- Also known as: Pa Jay; Micro-wave;
- Born: 22 November 1956 Kumba, Cameroon
- Died: 25 April 2015 (aged 58) Washington, D.C., United States
- Occupations: Musician; songwriter;
- Years active: 1974–2015
- Formerly of: Rocafil Jazz; Waza Collection; A.B. Waza; Rocafil.W.I; Jacob Nguni & the Sweet Mother Band;

= Jacob Nguni =

Cameroonian musician (1956–2015)

Jacob Nguni (22 November 1956 – 25 April 2015), nicknamed "Pa Jay" or "Micro-wave", was a Cameroonian highlife singer and guitarist. His partnership with Prince Nico Mbarga produced the hit song "Sweet Mother", which redefined the era of highlife music in Africa.

Nguni died in his sleep on 25 April 2015 in Washington, D.C.

==Early years==
Jacob Nguni was born on 22 November 1956 in Fiango, Kumba, as the last of his parents' four children. He loved music from a young age and began to play guitar in college. He eventually moved to Nigeria.

==Career==
Once in Nigeria, Nguni joined Prince Nico Mbarga's Rocafil Jazz band, which saw success with the hit song "Sweet Mother".

In the early 1980s, Nguni left Rocafil Jazz to form Waza Collection, also known as Waza Rocafil Jazz.
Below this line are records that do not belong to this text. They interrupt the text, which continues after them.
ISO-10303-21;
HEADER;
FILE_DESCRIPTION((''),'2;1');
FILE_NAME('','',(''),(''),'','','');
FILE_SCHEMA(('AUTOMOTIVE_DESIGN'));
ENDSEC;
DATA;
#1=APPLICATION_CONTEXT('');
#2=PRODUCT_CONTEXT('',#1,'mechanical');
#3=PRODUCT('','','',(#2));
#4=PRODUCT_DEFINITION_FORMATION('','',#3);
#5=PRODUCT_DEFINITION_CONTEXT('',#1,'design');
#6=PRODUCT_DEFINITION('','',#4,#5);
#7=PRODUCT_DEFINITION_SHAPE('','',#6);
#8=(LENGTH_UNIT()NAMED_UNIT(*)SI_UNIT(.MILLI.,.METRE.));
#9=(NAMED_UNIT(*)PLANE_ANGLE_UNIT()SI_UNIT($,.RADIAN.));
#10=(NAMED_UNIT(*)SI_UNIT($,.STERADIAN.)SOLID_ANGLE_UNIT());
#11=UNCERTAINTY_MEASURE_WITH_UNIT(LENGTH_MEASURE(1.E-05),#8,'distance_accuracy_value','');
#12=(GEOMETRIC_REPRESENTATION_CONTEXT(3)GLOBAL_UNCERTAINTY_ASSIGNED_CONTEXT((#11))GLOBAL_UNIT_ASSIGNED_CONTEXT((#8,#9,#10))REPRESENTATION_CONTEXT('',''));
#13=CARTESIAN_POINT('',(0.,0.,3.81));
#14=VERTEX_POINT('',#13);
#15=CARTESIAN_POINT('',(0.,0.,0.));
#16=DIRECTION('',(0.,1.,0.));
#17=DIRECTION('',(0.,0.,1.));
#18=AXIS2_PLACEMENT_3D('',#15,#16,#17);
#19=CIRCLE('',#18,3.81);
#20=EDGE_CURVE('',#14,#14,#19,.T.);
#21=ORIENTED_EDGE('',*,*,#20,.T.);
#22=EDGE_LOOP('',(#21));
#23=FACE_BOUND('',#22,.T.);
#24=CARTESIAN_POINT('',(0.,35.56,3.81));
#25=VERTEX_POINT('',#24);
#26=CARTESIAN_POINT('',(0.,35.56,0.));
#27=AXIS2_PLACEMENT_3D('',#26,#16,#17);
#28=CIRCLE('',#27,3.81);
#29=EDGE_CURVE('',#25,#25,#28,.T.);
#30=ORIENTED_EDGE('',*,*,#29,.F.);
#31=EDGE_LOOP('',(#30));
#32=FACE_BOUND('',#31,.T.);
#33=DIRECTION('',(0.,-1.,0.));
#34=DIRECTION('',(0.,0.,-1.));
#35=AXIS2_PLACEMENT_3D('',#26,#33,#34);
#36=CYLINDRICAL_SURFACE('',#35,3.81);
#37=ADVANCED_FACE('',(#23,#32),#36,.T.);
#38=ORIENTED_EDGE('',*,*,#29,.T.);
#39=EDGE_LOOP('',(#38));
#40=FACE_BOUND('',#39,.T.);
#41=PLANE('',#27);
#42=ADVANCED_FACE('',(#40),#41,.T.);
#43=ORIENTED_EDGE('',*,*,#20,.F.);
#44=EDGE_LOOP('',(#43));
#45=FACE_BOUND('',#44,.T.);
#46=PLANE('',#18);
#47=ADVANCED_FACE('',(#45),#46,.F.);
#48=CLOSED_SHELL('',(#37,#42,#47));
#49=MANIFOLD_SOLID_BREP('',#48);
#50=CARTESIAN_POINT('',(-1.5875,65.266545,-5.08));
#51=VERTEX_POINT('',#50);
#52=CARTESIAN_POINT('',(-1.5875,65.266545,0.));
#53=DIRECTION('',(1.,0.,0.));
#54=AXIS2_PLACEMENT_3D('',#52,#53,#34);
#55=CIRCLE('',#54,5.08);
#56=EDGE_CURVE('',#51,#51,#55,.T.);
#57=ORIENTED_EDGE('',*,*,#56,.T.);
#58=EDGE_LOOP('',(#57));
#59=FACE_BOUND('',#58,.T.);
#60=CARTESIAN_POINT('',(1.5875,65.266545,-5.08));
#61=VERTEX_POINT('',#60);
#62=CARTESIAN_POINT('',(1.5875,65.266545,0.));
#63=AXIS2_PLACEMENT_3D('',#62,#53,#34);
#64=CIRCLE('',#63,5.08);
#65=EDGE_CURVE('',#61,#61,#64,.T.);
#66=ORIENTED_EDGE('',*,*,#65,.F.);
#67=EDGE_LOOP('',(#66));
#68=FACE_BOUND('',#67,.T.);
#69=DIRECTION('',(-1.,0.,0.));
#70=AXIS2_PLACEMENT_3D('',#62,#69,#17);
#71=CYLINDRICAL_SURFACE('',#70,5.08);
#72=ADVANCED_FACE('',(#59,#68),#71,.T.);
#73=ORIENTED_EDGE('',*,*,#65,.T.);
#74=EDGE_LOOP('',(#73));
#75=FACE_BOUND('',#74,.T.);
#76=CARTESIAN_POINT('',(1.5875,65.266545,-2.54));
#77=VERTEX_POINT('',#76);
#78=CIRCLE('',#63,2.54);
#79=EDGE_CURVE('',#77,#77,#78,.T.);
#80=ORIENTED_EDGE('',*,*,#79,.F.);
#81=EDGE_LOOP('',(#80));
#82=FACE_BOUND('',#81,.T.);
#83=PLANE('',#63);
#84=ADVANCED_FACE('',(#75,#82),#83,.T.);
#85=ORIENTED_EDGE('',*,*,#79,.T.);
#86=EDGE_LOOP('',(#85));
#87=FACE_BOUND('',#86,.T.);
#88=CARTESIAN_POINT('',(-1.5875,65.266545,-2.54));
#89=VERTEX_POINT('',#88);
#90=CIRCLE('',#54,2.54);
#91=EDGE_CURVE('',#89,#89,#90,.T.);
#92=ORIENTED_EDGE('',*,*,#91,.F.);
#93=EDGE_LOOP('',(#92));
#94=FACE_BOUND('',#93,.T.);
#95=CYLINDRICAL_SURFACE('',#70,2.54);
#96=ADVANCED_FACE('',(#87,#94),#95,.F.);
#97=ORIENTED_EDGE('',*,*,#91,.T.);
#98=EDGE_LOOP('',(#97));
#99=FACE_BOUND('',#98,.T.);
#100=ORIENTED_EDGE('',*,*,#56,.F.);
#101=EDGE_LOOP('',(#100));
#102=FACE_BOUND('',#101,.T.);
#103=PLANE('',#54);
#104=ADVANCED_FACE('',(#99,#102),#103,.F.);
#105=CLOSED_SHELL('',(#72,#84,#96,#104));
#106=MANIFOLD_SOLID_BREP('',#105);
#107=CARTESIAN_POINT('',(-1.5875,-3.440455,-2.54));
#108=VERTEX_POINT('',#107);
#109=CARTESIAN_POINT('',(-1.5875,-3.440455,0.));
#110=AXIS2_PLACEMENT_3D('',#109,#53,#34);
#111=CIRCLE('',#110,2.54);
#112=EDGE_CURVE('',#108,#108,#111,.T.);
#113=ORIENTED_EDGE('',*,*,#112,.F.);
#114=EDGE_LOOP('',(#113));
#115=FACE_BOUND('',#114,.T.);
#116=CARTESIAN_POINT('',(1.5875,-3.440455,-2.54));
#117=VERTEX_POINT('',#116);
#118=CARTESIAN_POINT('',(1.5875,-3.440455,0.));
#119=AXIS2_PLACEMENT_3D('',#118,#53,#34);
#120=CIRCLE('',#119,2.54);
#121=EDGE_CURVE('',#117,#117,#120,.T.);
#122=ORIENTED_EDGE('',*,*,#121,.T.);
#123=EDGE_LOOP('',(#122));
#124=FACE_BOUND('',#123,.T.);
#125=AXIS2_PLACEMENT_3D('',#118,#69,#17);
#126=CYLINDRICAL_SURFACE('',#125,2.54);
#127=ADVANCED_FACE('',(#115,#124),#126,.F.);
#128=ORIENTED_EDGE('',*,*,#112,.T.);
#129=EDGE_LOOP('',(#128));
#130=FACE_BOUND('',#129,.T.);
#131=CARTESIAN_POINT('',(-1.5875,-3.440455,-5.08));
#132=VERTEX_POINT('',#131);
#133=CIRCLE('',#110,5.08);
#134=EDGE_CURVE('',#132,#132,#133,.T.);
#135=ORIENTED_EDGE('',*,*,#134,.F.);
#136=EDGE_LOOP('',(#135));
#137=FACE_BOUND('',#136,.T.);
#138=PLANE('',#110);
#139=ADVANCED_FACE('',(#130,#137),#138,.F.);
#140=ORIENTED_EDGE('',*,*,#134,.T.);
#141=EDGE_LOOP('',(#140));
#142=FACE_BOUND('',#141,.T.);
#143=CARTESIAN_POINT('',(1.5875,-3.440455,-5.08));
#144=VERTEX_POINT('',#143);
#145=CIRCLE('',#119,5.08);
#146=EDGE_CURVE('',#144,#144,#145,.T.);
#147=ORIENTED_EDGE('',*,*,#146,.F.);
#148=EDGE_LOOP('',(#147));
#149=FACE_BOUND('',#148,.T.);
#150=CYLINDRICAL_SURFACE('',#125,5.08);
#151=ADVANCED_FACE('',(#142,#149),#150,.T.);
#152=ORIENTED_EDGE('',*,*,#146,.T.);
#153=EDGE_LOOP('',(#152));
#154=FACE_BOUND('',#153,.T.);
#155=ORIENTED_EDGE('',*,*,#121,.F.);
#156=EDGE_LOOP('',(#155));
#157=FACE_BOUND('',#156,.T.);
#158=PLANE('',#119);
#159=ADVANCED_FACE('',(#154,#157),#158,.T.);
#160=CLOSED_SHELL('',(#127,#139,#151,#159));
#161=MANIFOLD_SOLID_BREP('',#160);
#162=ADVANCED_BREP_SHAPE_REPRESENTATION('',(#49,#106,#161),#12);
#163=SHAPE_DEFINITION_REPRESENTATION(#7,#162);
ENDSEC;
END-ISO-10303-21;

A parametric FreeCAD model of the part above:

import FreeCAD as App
import Part
import Sketcher
Q = App.Units.Quantity

doc = App.newDocument("Part")
body = doc.addObject("PartDesign::Body", "Body")

# Sketch on XZ plane
sketch1 = body.newObject("Sketcher::SketchObject", "Sketch")
sketch1.AttachmentSupport = (doc.getObject("XZ_Plane"), [""])
sketch1.MapMode = "FlatFace"
sketch1.addGeometry(Part.Circle(App.Vector(0, 0, 0), App.Vector(0, 0, 1), 3.8), False)
sketch1.addConstraint(Sketcher.Constraint("Coincident", 0, 3, -1, 1))
sketch1.addConstraint(Sketcher.Constraint("Diameter", 0, Q("0.3 in")))
pad1 = body.newObject("PartDesign::Pad", "Pad")
pad1.Profile = sketch1
pad1.Length = Q("1.4 in")
pad1.Reversed = True
body2 = doc.addObject("PartDesign::Body", "Body001")

# Sketch on YZ plane
sketch2 = body2.newObject("Sketcher::SketchObject", "Sketch001")
sketch2.AttachmentSupport = (doc.getObject("YZ_Plane001"), [""])
sketch2.MapMode = "FlatFace"
sketch2.addGeometry(Part.Circle(App.Vector(65.3, 0, 0), App.Vector(0, 0, 1), 5.1), False)
sketch2.addGeometry(Part.Circle(App.Vector(65.3, 0, 0), App.Vector(0, 0, 1), 2.5), False)
sketch2.addConstraint(Sketcher.Constraint("Coincident", 1, 3, 0, 3))
sketch2.addConstraint(Sketcher.Constraint("PointOnObject", 0, 3, -1))
sketch2.addConstraint(Sketcher.Constraint("Diameter", 0, Q("0.4 in")))
sketch2.addConstraint(Sketcher.Constraint("Diameter", 1, Q("0.2 in")))
sketch2.addConstraint(Sketcher.Constraint("DistanceX", -1, 1, 0, 3, Q("65.266545 mm")))
pad2 = body2.newObject("PartDesign::Pad", "Pad001")
pad2.Profile = sketch2
pad2.Length = Q("0.125 in")
pad2.Midplane = True
body3 = doc.addObject("PartDesign::Body", "Body002")

# Sketch on YZ plane
sketch3 = body3.newObject("Sketcher::SketchObject", "Sketch002")
sketch3.AttachmentSupport = (doc.getObject("YZ_Plane002"), [""])
sketch3.MapMode = "FlatFace"
sketch3.addGeometry(Part.Circle(App.Vector(-3.4, 0, 0), App.Vector(0, 0, 1), 5.1), False)
sketch3.addGeometry(Part.Circle(App.Vector(-3.4, 0, 0), App.Vector(0, 0, 1), 2.5), False)
sketch3.addConstraint(Sketcher.Constraint("Coincident", 1, 3, 0, 3))
sketch3.addConstraint(Sketcher.Constraint("PointOnObject", 0, 3, -1))
sketch3.addConstraint(Sketcher.Constraint("Diameter", 0, Q("0.4 in")))
sketch3.addConstraint(Sketcher.Constraint("Diameter", 1, Q("0.2 in")))
sketch3.addConstraint(Sketcher.Constraint("DistanceX", 0, 3, -1, 1, Q("3.440455 mm")))
pad3 = body3.newObject("PartDesign::Pad", "Pad002")
pad3.Profile = sketch3
pad3.Length = Q("0.125 in")
pad3.Midplane = True

doc.recompute()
They released the albums Nigeria '79 and Bride & Bridegroom, both in 1980. The group was later renamed to A.B. Waza and issued the EP Congratulations in 1984. Nguni also launched a collaboration with Martinican musician Bud Guilbert, known as Rocafil.W.I, which released several records in the 1980s.

Later in life, Nguni moved to the United States and remained musically active, sometimes performing with Jacob Nguni & the Sweet Mother Band.

==Ill-health and death==
Nguni was diagnosed with leukemia early in 2010 and died on 25 April 2015, in Washington, D.C.